## Source records
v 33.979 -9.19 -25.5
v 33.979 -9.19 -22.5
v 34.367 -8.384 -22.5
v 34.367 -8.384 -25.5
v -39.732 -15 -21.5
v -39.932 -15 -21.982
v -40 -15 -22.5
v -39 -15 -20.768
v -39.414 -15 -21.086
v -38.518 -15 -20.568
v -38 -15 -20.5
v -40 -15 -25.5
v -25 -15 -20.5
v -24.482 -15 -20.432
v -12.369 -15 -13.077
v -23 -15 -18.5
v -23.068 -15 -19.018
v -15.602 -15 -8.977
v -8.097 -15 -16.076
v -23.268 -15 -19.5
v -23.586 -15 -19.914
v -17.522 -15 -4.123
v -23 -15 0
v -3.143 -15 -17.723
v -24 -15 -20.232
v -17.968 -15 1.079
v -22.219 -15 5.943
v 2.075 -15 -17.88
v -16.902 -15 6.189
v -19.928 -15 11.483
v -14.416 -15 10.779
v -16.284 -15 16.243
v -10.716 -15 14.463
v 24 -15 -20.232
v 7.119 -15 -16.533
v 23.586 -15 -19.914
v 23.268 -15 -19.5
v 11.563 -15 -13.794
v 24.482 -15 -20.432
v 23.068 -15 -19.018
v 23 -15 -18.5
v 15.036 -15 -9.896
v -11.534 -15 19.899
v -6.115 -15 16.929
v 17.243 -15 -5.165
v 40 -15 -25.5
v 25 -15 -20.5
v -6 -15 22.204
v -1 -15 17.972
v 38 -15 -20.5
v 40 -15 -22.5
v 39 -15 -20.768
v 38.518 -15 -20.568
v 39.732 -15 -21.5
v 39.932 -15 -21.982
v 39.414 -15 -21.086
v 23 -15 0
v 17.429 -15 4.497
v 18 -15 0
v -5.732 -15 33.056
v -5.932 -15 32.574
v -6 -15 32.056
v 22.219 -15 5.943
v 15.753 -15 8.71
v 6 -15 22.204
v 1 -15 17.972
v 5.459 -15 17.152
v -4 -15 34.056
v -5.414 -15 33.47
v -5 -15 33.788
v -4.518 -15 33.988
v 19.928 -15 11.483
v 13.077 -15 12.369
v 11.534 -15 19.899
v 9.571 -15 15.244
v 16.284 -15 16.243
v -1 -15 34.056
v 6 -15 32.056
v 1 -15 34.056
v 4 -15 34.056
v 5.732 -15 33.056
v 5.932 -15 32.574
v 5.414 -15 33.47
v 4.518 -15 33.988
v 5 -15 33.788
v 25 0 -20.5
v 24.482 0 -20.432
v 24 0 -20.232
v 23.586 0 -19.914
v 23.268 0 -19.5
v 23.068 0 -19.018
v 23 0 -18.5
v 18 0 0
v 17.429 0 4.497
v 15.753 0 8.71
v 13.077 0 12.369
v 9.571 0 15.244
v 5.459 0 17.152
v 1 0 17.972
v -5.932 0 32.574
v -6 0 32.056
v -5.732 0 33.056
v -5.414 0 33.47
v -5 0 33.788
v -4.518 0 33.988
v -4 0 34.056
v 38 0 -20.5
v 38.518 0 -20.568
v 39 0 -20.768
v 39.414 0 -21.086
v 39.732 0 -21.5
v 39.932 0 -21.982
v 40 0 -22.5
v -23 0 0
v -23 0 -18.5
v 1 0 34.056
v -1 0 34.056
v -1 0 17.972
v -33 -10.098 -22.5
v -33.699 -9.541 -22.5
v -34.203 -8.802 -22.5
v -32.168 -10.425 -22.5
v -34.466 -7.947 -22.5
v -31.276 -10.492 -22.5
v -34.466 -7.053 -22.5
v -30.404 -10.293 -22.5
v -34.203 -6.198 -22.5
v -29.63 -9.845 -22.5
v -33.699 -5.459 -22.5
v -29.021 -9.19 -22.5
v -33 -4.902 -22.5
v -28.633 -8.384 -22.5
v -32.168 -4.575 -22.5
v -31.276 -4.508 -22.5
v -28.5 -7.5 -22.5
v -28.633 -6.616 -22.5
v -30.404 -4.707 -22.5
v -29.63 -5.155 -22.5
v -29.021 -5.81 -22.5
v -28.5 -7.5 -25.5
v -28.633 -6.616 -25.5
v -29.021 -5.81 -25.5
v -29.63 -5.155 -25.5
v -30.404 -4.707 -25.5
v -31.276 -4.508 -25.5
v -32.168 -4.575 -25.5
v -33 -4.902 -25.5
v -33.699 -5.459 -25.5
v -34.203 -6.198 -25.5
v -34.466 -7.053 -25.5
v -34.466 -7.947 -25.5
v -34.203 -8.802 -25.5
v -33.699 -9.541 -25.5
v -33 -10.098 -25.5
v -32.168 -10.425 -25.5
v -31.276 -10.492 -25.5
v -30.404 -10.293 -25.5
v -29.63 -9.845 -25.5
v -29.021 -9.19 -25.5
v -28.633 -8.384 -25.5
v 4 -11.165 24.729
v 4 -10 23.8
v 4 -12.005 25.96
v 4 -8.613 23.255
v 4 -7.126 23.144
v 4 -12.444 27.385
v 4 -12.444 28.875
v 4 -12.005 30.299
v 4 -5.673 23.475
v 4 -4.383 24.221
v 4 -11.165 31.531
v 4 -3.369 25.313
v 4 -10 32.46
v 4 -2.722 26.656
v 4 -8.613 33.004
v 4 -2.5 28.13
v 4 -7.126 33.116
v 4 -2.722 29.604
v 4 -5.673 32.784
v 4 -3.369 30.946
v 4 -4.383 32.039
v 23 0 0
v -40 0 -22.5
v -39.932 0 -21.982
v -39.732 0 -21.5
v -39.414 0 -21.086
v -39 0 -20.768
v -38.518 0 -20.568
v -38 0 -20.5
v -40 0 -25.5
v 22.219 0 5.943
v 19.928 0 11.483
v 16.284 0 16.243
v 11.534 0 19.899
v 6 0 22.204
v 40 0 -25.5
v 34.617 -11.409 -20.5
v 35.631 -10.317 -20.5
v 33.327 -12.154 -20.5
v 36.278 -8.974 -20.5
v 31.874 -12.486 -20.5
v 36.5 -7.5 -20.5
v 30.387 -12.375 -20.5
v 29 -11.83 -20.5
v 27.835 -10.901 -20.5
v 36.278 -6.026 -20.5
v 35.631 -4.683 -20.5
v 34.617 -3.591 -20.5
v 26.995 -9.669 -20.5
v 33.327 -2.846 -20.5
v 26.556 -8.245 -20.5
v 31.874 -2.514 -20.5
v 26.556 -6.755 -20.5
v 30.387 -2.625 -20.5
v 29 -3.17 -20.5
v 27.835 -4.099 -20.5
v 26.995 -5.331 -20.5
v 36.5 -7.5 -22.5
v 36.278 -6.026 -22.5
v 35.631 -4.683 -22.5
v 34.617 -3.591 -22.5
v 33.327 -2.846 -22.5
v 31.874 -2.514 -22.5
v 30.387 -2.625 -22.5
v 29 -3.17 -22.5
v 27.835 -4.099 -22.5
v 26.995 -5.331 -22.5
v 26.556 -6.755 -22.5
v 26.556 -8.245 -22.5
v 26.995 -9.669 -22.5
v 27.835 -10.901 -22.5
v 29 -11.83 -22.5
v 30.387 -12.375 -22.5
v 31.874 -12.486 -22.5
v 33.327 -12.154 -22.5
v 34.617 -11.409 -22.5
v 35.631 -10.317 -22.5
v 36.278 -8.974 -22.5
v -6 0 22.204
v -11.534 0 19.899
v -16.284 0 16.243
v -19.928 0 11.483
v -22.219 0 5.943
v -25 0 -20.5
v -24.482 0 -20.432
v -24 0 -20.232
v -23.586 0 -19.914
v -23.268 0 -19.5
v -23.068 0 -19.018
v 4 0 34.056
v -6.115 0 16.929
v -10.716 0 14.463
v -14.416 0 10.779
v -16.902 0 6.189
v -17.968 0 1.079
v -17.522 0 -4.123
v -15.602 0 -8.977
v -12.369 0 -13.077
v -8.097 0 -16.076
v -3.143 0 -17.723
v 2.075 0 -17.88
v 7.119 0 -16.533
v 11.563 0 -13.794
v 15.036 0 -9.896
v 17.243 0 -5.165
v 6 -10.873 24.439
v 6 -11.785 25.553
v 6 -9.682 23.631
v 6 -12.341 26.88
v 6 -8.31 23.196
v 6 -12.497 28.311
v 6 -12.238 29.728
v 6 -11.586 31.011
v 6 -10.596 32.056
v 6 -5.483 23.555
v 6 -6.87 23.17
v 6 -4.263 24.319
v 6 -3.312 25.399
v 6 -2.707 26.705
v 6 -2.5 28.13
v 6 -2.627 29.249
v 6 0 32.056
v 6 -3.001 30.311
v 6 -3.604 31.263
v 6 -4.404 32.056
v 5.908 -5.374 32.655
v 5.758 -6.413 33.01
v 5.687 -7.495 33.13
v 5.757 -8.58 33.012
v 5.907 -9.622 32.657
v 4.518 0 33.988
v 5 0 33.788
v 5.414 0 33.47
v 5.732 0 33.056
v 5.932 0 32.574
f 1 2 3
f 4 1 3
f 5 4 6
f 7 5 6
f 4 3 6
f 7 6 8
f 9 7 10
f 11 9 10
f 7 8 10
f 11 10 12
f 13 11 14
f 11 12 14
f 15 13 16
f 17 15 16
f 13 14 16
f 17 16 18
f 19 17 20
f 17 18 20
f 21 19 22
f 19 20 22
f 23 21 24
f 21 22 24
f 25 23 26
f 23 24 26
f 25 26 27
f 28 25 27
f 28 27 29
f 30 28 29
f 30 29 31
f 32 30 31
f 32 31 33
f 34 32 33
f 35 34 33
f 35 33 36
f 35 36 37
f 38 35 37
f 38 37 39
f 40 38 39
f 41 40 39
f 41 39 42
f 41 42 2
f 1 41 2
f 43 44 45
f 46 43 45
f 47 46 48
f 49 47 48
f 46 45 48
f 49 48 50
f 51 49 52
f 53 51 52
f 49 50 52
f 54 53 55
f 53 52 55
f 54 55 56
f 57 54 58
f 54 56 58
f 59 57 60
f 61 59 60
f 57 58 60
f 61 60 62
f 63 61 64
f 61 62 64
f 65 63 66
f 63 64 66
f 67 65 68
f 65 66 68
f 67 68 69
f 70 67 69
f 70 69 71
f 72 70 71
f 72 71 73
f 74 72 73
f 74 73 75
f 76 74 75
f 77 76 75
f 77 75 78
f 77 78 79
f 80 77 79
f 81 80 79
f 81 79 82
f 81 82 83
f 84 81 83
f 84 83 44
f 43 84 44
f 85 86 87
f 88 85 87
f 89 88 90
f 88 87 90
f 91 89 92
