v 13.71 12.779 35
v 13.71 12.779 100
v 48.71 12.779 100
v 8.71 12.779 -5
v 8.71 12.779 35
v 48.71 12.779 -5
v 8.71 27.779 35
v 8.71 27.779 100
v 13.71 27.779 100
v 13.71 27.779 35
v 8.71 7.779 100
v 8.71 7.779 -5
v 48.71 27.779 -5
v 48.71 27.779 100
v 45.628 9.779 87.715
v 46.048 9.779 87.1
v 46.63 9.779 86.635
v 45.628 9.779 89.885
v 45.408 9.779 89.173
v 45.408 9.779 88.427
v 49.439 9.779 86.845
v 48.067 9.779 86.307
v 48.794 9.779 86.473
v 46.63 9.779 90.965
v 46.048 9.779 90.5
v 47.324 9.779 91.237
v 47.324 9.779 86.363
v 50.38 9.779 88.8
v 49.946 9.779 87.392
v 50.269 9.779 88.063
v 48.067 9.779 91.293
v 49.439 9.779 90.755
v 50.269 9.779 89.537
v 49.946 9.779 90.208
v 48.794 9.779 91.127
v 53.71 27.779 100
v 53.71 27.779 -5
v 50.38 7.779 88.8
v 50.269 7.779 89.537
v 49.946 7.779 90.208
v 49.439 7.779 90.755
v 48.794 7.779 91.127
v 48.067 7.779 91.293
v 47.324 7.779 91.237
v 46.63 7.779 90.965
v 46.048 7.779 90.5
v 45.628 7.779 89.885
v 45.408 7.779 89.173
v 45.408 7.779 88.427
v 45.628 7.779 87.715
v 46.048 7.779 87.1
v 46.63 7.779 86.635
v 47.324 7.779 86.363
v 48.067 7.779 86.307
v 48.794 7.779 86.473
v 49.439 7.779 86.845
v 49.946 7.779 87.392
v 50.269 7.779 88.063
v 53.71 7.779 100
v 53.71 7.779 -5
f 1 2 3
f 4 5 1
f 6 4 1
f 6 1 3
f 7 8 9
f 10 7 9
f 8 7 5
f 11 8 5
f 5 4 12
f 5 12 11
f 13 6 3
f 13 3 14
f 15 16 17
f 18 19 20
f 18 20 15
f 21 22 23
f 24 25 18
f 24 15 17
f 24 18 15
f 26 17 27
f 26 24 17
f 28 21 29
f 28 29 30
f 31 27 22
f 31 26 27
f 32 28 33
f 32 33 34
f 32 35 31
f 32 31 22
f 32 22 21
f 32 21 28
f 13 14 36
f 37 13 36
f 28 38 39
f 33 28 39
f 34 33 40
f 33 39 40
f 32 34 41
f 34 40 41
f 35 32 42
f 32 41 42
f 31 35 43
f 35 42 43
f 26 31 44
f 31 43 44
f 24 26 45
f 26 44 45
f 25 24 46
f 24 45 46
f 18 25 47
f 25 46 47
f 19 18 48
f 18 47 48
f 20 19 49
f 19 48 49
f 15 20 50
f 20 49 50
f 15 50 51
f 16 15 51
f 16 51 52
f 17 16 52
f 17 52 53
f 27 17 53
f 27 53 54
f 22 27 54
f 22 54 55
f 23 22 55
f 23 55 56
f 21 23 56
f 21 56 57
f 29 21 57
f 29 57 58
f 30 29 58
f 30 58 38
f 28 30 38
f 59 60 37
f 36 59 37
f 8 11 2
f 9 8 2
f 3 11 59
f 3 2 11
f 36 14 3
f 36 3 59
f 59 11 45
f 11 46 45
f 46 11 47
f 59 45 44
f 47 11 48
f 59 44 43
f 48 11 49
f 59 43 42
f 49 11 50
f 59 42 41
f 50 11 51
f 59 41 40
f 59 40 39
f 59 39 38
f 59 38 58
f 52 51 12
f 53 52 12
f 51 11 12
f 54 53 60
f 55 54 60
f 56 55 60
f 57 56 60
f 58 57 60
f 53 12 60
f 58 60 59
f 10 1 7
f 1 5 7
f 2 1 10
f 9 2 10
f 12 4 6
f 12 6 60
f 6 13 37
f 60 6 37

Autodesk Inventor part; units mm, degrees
ref_plane "YZ Plane" through (0, 0, 0) normal (1, 0, 0) x (0, 1, 0)
ref_plane "XZ Plane" through (0, 0, 0) normal (0, 1, 0) x (-1, 0, 0)
ref_plane "XY Plane" through (0, 0, 0) normal (0, 0, 1) x (1, 0, 0)
sketch "Sketch1" plane through (0, 0, 0) normal (0, 0, 1) x (1, 0, 0)
  line L0 (13.7104, 12.7791) -> (48.7104, 12.7791)
  line L1 (48.7104, 12.7791) -> (48.7104, 27.7791)
  line L2 (13.7104, 12.7791) -> (13.7104, 27.7791)
  line L3 (8.7104, 27.7791) -> (8.7104, 7.7791)
  line L4 (8.7104, 7.7791) -> (53.7104, 7.7791)
  line L5 (53.7104, 7.7791) -> (53.7104, 27.7791)
  line L6 (8.7104, 27.7791) -> (13.7104, 27.7791)
  line L7 (48.7104, 27.7791) -> (53.7104, 27.7791)
  point P0 (0, 0)
  dimension "d0" = 35
  dimension "d1" = 15
  dimension "d2" = 15
  dimension "d3" = 5
extrude "Extrusion1" add sketch "Sketch1" along normal blind 100 and the other way blind 5
sketch "Sketch2" plane through (8.7104, 7.7791, -5) normal (0, -1, 0) x (1, 0, 0)
  circle A0 centre (39.17, 93.8) radius 2.5
  line L0 (45, 0) -> (45, 105) projected
  line L1 (0, 105) -> (45, 105) projected
  point P0 (-8.7104, 5)
  dimension "d6" = 5
  dimension "d7" = 5.83
  dimension "d8" = 11.2
extrude "Extrusion2" cut sketch "Sketch2" against normal blind 2
sketch "Sketch3" plane through (8.7104, 7.7791, 100) normal (-1, 0, 0) x (0, 0, 1)
  line L0 (-105, 20) -> (-105, 5) projected
  line L1 (-105, 5) -> (0, 5) projected
  line L2 (-105, 20) -> (-105, 5)
  line L3 (-105, 5) -> (-65, 5)
  line L4 (-65, 5) -> (-65, 20)
  line L5 (-65, 20) -> (-105, 20)
  point P0 (-100, -7.7791)
  dimension "d13" = 40
extrude "Extrusion3" cut sketch "Sketch3" against normal blind 10
sketch "Sketch4" plane through (0, 0, -5) normal (0, 0, -1) x (-1, 0, 0)
  line L0 (-53.7104, 27.7791) -> (-53.7104, 7.7791) projected
  line L1 (-53.7104, 7.7791) -> (-8.7104, 7.7791)
  line L2 (-17.7104, 42.7791) -> (-17.7104, 46.7534)
  line L3 (-17.7104, 46.7534) -> (-53.7104, 46.7534)
  line L4 (-53.7104, 46.7534) -> (-53.7104, 7.7791)
  line L5 (-48.7104, 12.7791) -> (-13.7104, 12.7791)
  line L6 (-10.7104, 42.7791) -> (-10.7104, 41.7534)
  line L7 (-10.7104, 41.7534) -> (-48.7104, 41.7534)
  line L8 (-48.7104, 41.7534) -> (-48.7104, 12.7791)
  line L9 (-17.7104, 42.7791) -> (-10.7104, 42.7791)
  line L10 (-8.7104, 12.7791) -> (-13.7104, 12.7791) projected
  line L11 (-13.7104, 12.7791) -> (-8.7104, 12.7791)
  line L12 (-8.7104, 12.7791) -> (-8.7104, 7.7791)
  line L13 (-17.7104, 42.7791) -> (-17.7104, 41.7534)
  point P0 (0, 0)
  point P1 (-17.7104, 44.7534)
  dimension "d16" = 36
  dimension "d17" = 40
  dimension "d18" = 5
  dimension "d19" = 30
ref_plane "Work Plane1" through (0, 0, -1) normal (0, 0, -1) x (-1, 0, 0)
sketch "Sketch5" plane through (0, 0, -1) normal (0, 0, -1) x (-1, 0, 0)
  line L0 (-8.7104, 12.7791) -> (-13.7104, 12.7791) projected
  line L1 (-48.7104, 27.7791) -> (-48.7104, 12.7791) projected
  line L2 (-8.7104, 12.7791) -> (-8.7104, 7.7791) projected
  line L3 (-8.7104, 12.7791) -> (-8.7104, 7.7791)
  line L4 (-8.7104, 7.7791) -> (-53.7104, 7.7791) projected
  line L5 (-8.7104, 7.7791) -> (-53.7104, 7.7791)
  line L6 (-53.7104, 7.7791) -> (-53.7104, 12.7791)
  line L7 (-53.7104, 12.7791) -> (-8.7104, 12.7791)
  point P0 (0, 0)
  point P1 (-48.7104, 41.7534)
  point P2 (-10.7104, 9.7791)
extrude "Extrusion6" add sketch "Sketch5" along normal blind 4
equation "\"BendRadius\" = Thickness"
equation "\"BendReliefWidth\" = Thickness"
equation "\"BendReliefDepth\" = 0.5 * Thickness"
equation "\"CornerReliefSize\" = 4 * Thickness"
equation "\"MinimumRemnant\" = 2 * Thickness"
equation "\"TransitionRadius\" = BendRadius"
equation "\"JacobiRadiusSize\" = BendRadius"
equation "\"Thickness\" = 0.5"
properties part number "inslide"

## Activity
From the listing above, return the lines starting at the one with "v 5.757 -8.58 33.012" and ending at the one with "v 45.628 9.779 87.715", both kept, exactly as they appear and nothing more.

## Response to this task
v 5.757 -8.58 33.012
v 5.907 -9.622 32.657
v 4.518 0 33.988
v 5 0 33.788
v 5.414 0 33.47
v 5.732 0 33.056
v 5.932 0 32.574
f 1 2 3
f 4 1 3
f 5 4 6
f 7 5 6
f 4 3 6
f 7 6 8
f 9 7 10
f 11 9 10
f 7 8 10
f 11 10 12
f 13 11 14
f 11 12 14
f 15 13 16
f 17 15 16
f 13 14 16
f 17 16 18
f 19 17 20
f 17 18 20
f 21 19 22
f 19 20 22
f 23 21 24
f 21 22 24
f 25 23 26
f 23 24 26
f 25 26 27
f 28 25 27
f 28 27 29
f 30 28 29
f 30 29 31
f 32 30 31
f 32 31 33
f 34 32 33
f 35 34 33
f 35 33 36
f 35 36 37
f 38 35 37
f 38 37 39
f 40 38 39
f 41 40 39
f 41 39 42
f 41 42 2
f 1 41 2
f 43 44 45
f 46 43 45
f 47 46 48
f 49 47 48
f 46 45 48
f 49 48 50
f 51 49 52
f 53 51 52
f 49 50 52
f 54 53 55
f 53 52 55
f 54 55 56
f 57 54 58
f 54 56 58
f 59 57 60
f 61 59 60
f 57 58 60
f 61 60 62
f 63 61 64
f 61 62 64
f 65 63 66
f 63 64 66
f 67 65 68
f 65 66 68
f 67 68 69
f 70 67 69
f 70 69 71
f 72 70 71
f 72 71 73
f 74 72 73
f 74 73 75
f 76 74 75
f 77 76 75
f 77 75 78
f 77 78 79
f 80 77 79
f 81 80 79
f 81 79 82
f 81 82 83
f 84 81 83
f 84 83 44
f 43 84 44
f 85 86 87
f 88 85 87
f 89 88 90
f 88 87 90
f 91 89 92
v 13.71 12.779 35
v 13.71 12.779 100
v 48.71 12.779 100
v 8.71 12.779 -5
v 8.71 12.779 35
v 48.71 12.779 -5
v 8.71 27.779 35
v 8.71 27.779 100
v 13.71 27.779 100
v 13.71 27.779 35
v 8.71 7.779 100
v 8.71 7.779 -5
v 48.71 27.779 -5
v 48.71 27.779 100
v 45.628 9.779 87.715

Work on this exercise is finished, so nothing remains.